While spyware is, to most people, a recent phenomenon in 2005, in fact what could be called spyware (see our definition above) effectively started back in 1996, on what at that time was the most popular ISP, America Online. There was a piece of malicious software designed to grab confidential information of subscribers, the so-called AOL Password Trojans.
Spyware is much more problematic than viruses for several important reasons:

1. The purpose of spyware is to gather information about you – the information may be fairly harmless or confidential, valuable and important

2. Spyware often works silently
3. Spyware is almost never an executable file
4. Spyware is almost entirely undetectable by traditional antivirus software methods, as well as invisible to most firewalls – so it needs to be dealt with on its own, and its presence (at least briefly) on your PC may not entirely avoidable
5. Spyware is everywhere including friendly sites, friendly software and other places, so while there are no good viruses there are some “good” or at least inert pieces of spyware

Spyware hides all over your computer system, and believe it or not, you may actually have agreed indirectly to let it!

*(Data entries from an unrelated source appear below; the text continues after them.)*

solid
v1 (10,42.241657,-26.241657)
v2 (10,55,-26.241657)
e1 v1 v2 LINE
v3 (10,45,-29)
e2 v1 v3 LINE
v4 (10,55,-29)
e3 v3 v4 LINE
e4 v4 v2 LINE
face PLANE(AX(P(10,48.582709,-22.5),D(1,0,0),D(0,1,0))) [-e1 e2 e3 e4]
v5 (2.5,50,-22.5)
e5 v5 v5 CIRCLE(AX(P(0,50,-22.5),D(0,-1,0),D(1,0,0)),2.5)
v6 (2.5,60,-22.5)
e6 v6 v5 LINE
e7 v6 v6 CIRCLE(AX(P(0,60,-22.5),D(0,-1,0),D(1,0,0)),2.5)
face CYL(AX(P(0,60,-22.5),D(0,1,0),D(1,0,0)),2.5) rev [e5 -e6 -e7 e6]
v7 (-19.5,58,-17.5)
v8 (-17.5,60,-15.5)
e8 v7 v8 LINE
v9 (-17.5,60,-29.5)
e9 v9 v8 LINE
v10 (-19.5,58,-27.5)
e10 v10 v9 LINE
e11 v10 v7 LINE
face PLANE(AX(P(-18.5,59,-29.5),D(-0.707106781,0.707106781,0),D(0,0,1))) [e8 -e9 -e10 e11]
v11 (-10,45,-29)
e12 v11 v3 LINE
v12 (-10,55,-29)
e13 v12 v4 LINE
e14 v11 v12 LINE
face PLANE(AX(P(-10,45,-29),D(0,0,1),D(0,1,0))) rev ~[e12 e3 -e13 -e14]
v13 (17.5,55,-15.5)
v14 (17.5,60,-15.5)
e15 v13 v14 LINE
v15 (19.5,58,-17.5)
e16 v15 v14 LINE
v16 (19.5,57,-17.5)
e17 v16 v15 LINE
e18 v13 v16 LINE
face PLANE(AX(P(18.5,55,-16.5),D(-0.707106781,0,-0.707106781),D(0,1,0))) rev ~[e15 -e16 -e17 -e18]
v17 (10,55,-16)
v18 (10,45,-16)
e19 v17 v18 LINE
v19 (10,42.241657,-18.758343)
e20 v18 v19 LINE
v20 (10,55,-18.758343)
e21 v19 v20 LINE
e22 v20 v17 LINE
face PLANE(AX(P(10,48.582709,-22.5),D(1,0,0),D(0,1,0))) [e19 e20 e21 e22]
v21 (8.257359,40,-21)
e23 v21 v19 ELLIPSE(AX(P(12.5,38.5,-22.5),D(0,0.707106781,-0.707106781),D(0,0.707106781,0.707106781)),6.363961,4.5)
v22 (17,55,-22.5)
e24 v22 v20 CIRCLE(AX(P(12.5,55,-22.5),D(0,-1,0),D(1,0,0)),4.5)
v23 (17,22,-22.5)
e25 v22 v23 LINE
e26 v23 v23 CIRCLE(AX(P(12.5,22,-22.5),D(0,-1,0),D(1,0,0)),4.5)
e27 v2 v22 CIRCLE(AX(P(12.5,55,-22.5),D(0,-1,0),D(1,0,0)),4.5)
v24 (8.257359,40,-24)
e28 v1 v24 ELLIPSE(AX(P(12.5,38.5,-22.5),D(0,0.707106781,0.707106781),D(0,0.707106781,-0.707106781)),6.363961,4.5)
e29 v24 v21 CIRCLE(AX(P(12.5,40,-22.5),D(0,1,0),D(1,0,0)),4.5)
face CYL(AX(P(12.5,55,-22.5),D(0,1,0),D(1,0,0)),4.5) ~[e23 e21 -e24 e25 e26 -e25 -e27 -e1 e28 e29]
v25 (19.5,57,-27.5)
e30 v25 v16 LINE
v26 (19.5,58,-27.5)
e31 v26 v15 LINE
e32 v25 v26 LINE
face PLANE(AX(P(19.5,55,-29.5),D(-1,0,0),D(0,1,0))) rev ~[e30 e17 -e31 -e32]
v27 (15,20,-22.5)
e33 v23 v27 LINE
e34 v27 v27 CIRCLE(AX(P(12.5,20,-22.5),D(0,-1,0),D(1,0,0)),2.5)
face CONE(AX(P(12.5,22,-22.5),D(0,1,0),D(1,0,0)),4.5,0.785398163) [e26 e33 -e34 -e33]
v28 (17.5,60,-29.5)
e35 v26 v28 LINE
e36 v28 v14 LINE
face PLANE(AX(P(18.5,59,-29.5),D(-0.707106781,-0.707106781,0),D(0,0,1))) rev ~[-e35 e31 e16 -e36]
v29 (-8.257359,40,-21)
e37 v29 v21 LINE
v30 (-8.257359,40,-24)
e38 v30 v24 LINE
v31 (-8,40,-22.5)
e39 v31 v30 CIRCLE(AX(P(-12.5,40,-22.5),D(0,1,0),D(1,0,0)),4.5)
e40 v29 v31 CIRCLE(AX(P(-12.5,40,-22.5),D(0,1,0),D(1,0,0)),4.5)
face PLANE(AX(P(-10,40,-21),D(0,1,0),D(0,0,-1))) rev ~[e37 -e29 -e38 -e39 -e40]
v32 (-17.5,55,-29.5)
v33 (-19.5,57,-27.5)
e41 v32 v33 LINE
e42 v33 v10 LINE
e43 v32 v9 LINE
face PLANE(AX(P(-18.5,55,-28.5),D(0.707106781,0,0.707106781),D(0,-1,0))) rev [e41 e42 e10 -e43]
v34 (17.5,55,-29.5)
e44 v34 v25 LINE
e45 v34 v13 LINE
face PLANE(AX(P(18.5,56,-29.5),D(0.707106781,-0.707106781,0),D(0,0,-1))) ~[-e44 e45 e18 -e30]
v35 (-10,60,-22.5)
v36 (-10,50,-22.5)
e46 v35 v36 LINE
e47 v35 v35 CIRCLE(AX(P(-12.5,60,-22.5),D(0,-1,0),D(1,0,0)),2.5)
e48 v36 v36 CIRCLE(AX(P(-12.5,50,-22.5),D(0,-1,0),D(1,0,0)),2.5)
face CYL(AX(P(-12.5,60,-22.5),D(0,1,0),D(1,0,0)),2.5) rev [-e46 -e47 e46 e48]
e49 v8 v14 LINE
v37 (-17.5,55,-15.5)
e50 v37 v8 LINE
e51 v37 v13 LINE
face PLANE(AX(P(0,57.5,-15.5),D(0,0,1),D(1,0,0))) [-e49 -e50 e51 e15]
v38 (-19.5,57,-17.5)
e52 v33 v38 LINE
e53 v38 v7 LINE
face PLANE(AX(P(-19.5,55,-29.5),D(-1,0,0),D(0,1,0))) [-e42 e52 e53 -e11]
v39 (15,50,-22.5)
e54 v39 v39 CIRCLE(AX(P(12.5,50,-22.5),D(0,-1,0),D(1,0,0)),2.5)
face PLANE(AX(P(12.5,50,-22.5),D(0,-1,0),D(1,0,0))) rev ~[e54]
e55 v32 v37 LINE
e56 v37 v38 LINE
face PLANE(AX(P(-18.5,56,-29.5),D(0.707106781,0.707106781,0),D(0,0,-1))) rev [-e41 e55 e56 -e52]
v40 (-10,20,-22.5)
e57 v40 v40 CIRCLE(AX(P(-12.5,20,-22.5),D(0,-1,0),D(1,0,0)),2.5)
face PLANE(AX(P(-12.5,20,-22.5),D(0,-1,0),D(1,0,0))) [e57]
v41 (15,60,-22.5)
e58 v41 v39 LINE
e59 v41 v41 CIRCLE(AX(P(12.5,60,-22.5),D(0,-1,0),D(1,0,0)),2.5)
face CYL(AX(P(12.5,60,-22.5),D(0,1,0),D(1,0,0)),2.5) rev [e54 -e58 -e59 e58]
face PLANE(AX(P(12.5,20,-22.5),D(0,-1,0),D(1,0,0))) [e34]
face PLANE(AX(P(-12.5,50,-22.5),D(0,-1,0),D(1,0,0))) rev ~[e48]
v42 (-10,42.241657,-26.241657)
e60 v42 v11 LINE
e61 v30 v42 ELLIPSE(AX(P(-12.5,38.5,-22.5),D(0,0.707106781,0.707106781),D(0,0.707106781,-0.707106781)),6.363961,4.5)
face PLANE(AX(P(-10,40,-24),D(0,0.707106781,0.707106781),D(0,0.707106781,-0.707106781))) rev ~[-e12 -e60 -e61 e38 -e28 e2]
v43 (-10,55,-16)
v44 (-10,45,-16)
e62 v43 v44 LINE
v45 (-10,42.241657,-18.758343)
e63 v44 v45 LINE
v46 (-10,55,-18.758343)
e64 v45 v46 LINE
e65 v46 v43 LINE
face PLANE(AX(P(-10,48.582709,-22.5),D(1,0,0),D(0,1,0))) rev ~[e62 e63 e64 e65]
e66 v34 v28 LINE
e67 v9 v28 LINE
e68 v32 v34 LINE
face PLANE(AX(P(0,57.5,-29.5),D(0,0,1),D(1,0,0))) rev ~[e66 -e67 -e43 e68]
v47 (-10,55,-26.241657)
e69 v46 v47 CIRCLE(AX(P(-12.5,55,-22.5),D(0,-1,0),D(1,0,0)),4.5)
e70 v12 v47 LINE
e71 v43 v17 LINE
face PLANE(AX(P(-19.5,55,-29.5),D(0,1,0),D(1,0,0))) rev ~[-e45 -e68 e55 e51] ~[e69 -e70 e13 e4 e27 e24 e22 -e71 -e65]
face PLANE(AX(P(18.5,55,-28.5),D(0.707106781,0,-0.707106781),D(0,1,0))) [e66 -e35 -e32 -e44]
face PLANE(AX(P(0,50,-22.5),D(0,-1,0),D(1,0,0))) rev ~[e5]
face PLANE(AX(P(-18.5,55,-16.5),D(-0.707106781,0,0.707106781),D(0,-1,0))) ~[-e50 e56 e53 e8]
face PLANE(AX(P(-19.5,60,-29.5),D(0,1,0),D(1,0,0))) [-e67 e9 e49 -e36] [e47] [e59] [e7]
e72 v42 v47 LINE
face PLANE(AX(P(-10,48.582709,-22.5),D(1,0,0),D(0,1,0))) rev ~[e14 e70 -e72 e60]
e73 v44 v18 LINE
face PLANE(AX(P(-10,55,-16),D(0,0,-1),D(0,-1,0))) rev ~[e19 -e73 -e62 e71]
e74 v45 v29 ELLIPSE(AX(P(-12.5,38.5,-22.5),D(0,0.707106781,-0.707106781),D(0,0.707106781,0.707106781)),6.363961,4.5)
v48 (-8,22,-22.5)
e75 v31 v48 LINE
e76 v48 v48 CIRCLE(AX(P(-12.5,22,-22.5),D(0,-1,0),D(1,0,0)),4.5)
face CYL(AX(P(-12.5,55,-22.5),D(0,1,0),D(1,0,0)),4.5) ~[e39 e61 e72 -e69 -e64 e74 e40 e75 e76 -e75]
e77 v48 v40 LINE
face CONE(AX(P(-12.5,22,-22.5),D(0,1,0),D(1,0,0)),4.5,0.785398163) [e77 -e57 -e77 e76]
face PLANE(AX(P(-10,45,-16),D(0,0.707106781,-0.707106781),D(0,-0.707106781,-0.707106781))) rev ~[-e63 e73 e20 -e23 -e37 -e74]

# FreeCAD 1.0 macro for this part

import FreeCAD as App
import Part
import Sketcher


def edges_at(feature, points):
    """Names of the edges that pass closest to the given points."""
    edges = feature.Shape.Edges
    near = lambda p: min(range(len(edges)), key=lambda i: edges[i].distToShape(Part.Vertex(*p))[0])
    return sorted({f"Edge{near(p) + 1}" for p in points})

doc = App.newDocument("Part")
body = doc.addObject("PartDesign::Body", "Body")

# Sketch on XY plane
sketch1 = body.newObject("Sketcher::SketchObject", "Sketch")
sketch1.AttachmentSupport = (doc.getObject("XY_Plane"), [""])
sketch1.MapMode = "FlatFace"
sketch1.AttachmentOffset = App.Placement(App.Vector(0, 0, 0.5), App.Rotation())
sketch1.addGeometry(Part.LineSegment(App.Vector(-20, 55, 0), App.Vector(-20, 50, 0)), False)
sketch1.addGeometry(Part.LineSegment(App.Vector(-20, 50, 0), App.Vector(20, 50, 0)), False)
sketch1.addGeometry(Part.LineSegment(App.Vector(20, 50, 0), App.Vector(20, 55, 0)), False)
sketch1.addGeometry(Part.LineSegment(App.Vector(20, 55, 0), App.Vector(-20, 55, 0)), False)
sketch1.addConstraint(Sketcher.Constraint("Coincident", 0, 2, 1, 1))
sketch1.addConstraint(Sketcher.Constraint("Coincident", 1, 2, 2, 1))
sketch1.addConstraint(Sketcher.Constraint("Coincident", 2, 2, 3, 1))
sketch1.addConstraint(Sketcher.Constraint("Coincident", 3, 2, 0, 1))
sketch1.addConstraint(Sketcher.Constraint("Vertical", 0))
sketch1.addConstraint(Sketcher.Constraint("Horizontal", 1))
sketch1.addConstraint(Sketcher.Constraint("Vertical", 2))
sketch1.addConstraint(Sketcher.Constraint("Horizontal", 3))
sketch1.addConstraint(Sketcher.Constraint("DistanceX", 1, 1, 1, 2, 39.0))
sketch1.addConstraint(Sketcher.Constraint("DistanceY", 0, 2, 0, 1, 5.0))
sketch1.addConstraint(Sketcher.Constraint("DistanceY", -1, 1, 0, 2, 50.0))
sketch1.addConstraint(Sketcher.Constraint("DistanceX", 0, 2, -1, 1, 19.5))
pad1 = body.newObject("PartDesign::Pad", "Pad")
pad1.Profile = sketch1
pad1.Length = 14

You did it by enabling cookies on your Web browser. But disabling cookies may make certain sites not function at all and certain functions within sites unavailable such as most any login, so disabling cookies is usually not the best way to avoid spyware problems. Besides, cookies are often friendly and the spyware ones are easy to separate out with scanning software.

You also did it by downloading items like pictures, video clips and music from websites. But never downloading again isn’t too practical, right?

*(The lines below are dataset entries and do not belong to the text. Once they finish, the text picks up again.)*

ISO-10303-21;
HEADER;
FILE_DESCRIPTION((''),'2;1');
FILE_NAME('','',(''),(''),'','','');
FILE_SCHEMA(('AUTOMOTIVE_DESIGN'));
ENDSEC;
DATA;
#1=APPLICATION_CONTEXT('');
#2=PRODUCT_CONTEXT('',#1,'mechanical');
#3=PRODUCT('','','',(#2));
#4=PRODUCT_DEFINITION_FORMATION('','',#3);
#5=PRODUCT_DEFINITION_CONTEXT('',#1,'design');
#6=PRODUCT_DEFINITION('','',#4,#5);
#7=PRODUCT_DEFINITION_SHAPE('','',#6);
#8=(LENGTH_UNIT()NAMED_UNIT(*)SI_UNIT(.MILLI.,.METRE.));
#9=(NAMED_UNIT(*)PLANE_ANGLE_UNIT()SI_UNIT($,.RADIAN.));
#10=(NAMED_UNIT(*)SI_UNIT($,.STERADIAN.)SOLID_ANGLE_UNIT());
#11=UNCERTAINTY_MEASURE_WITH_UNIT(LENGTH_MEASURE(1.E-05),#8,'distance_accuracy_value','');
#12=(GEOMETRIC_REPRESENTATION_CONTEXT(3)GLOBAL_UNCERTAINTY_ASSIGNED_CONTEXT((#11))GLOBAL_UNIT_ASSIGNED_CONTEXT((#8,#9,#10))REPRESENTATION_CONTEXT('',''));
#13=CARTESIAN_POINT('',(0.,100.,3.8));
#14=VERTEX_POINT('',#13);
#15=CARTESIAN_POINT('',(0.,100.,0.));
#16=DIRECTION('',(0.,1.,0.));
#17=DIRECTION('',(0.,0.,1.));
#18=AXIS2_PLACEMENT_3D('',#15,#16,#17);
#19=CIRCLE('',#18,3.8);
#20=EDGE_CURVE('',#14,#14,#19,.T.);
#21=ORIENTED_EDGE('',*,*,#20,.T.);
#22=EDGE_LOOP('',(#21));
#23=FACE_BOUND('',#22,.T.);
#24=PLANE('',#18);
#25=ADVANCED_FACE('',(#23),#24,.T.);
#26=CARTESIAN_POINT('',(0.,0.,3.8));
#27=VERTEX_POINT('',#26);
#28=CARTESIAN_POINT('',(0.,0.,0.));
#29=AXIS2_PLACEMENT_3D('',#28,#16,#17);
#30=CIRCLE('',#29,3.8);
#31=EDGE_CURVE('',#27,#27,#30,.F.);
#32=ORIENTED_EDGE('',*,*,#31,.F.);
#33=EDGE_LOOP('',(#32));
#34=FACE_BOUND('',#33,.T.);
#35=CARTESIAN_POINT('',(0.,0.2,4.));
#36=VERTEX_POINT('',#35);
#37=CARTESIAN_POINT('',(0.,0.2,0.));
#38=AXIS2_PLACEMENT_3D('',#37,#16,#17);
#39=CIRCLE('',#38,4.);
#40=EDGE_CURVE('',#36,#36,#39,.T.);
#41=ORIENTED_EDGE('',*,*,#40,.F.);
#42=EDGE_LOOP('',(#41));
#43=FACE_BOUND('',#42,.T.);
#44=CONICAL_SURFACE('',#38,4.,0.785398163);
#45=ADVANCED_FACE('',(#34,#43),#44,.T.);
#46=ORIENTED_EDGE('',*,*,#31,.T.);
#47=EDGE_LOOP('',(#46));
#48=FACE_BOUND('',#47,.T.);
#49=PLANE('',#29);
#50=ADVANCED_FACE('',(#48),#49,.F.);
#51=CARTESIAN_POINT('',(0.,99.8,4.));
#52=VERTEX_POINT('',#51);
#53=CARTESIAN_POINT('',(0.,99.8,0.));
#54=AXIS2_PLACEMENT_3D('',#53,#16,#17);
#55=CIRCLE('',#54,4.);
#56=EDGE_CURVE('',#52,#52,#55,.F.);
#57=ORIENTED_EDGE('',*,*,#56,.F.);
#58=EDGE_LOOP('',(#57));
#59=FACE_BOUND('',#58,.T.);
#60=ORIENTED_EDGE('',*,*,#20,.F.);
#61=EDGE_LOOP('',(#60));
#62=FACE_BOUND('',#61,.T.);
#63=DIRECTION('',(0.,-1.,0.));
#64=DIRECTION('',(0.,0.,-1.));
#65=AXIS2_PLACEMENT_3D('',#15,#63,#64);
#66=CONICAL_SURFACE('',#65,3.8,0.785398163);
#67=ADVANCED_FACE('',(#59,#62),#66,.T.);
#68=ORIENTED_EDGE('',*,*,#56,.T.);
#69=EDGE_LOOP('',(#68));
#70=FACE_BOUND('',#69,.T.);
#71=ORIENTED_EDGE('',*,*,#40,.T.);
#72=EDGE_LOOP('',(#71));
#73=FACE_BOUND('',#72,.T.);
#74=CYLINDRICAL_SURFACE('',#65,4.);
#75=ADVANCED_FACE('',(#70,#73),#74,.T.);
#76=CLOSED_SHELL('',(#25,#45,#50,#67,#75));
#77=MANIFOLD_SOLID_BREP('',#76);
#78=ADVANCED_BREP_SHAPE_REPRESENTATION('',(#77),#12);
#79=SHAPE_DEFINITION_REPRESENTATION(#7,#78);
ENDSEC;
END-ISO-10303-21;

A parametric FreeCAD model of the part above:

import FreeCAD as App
import Part
import Sketcher
from FreeCAD import Vector


def edges_at(feature, points):
    """Names of the edges that pass closest to the given points."""
    edges = feature.Shape.Edges
    near = lambda p: min(range(len(edges)), key=lambda i: edges[i].distToShape(Part.Vertex(*p))[0])
    return sorted({f"Edge{near(p) + 1}" for p in points})

doc = App.newDocument("Part")
params = doc.addObject("Spreadsheet::Sheet", "Params")
for row, (alias, value) in enumerate([
    ("sketch1_diameter", "8 mm"),
    ("pad1_length", "100 mm"),
    ("chamfer_size", "0.2 mm"),
], start=1):
    params.set(f"A{row}", alias)
    params.set(f"B{row}", "=" + value)
    params.setAlias(f"B{row}", alias)

body = doc.addObject("PartDesign::Body", "Body")

sketch1 = doc.addObject("Sketcher::SketchObject", "Sketch")
body.addObject(sketch1)
sketch1.AttachmentSupport = (doc.XZ_Plane, [""])
sketch1.MapMode = "FlatFace"
sketch1.addGeometry(Part.Circle(Vector(0, 0, 0), Vector(0, 0, 1), 4), False)
sketch1.addConstraint([
    Sketcher.Constraint("Coincident", 0, 3, -1, 1),
    Sketcher.Constraint("Diameter", 0, 8.0),
])
sketch1.setExpression("Constraints[1]", "Params.sketch1_diameter")
pad1 = doc.addObject("PartDesign::Pad", "Pad")
body.addObject(pad1)
pad1.Profile = sketch1
pad1.setExpression("Length", "Params.pad1_length")
pad1.Reversed = True
doc.recompute()

chamfer = doc.addObject("PartDesign::Chamfer", "Chamfer")
body.addObject(chamfer)
chamfer.Base = (pad1, edges_at(pad1, [(-4, 0, 0), (-4, 100, 0)]))
chamfer.setExpression("Size", "Params.chamfer_size")

doc.recompute()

Most common places for spyware and its various subtypes to “hide” on your machine are:

• Temporary files, especially Temporary Internet Files/Browser Cache
• Cookies (these may be friendly items also)
• Favorites listings
• Registries (these are usually the most seriously bad items)
• In some cases as image files or within image files

A typical small business PC may have upwards of 100,000 files on it, so there are plenty of places for tiny non-executable files to hide.
Spyware comes from many, many places, but the most common kinds of sites are those that are for shopping or offer downloadable information, including:

• Shopping sites and portals
• Bulletin boards and information exchange sites
• Gaming sites
• Download sites
• “Lifestyle” sites such as those aimed at teenagers or brides to be
• Sites that rely on serving customer content
• Adult entertainment sites and portals

It may not be practical to avoid all of these, but a large percentage of spyware does come from these kinds of places.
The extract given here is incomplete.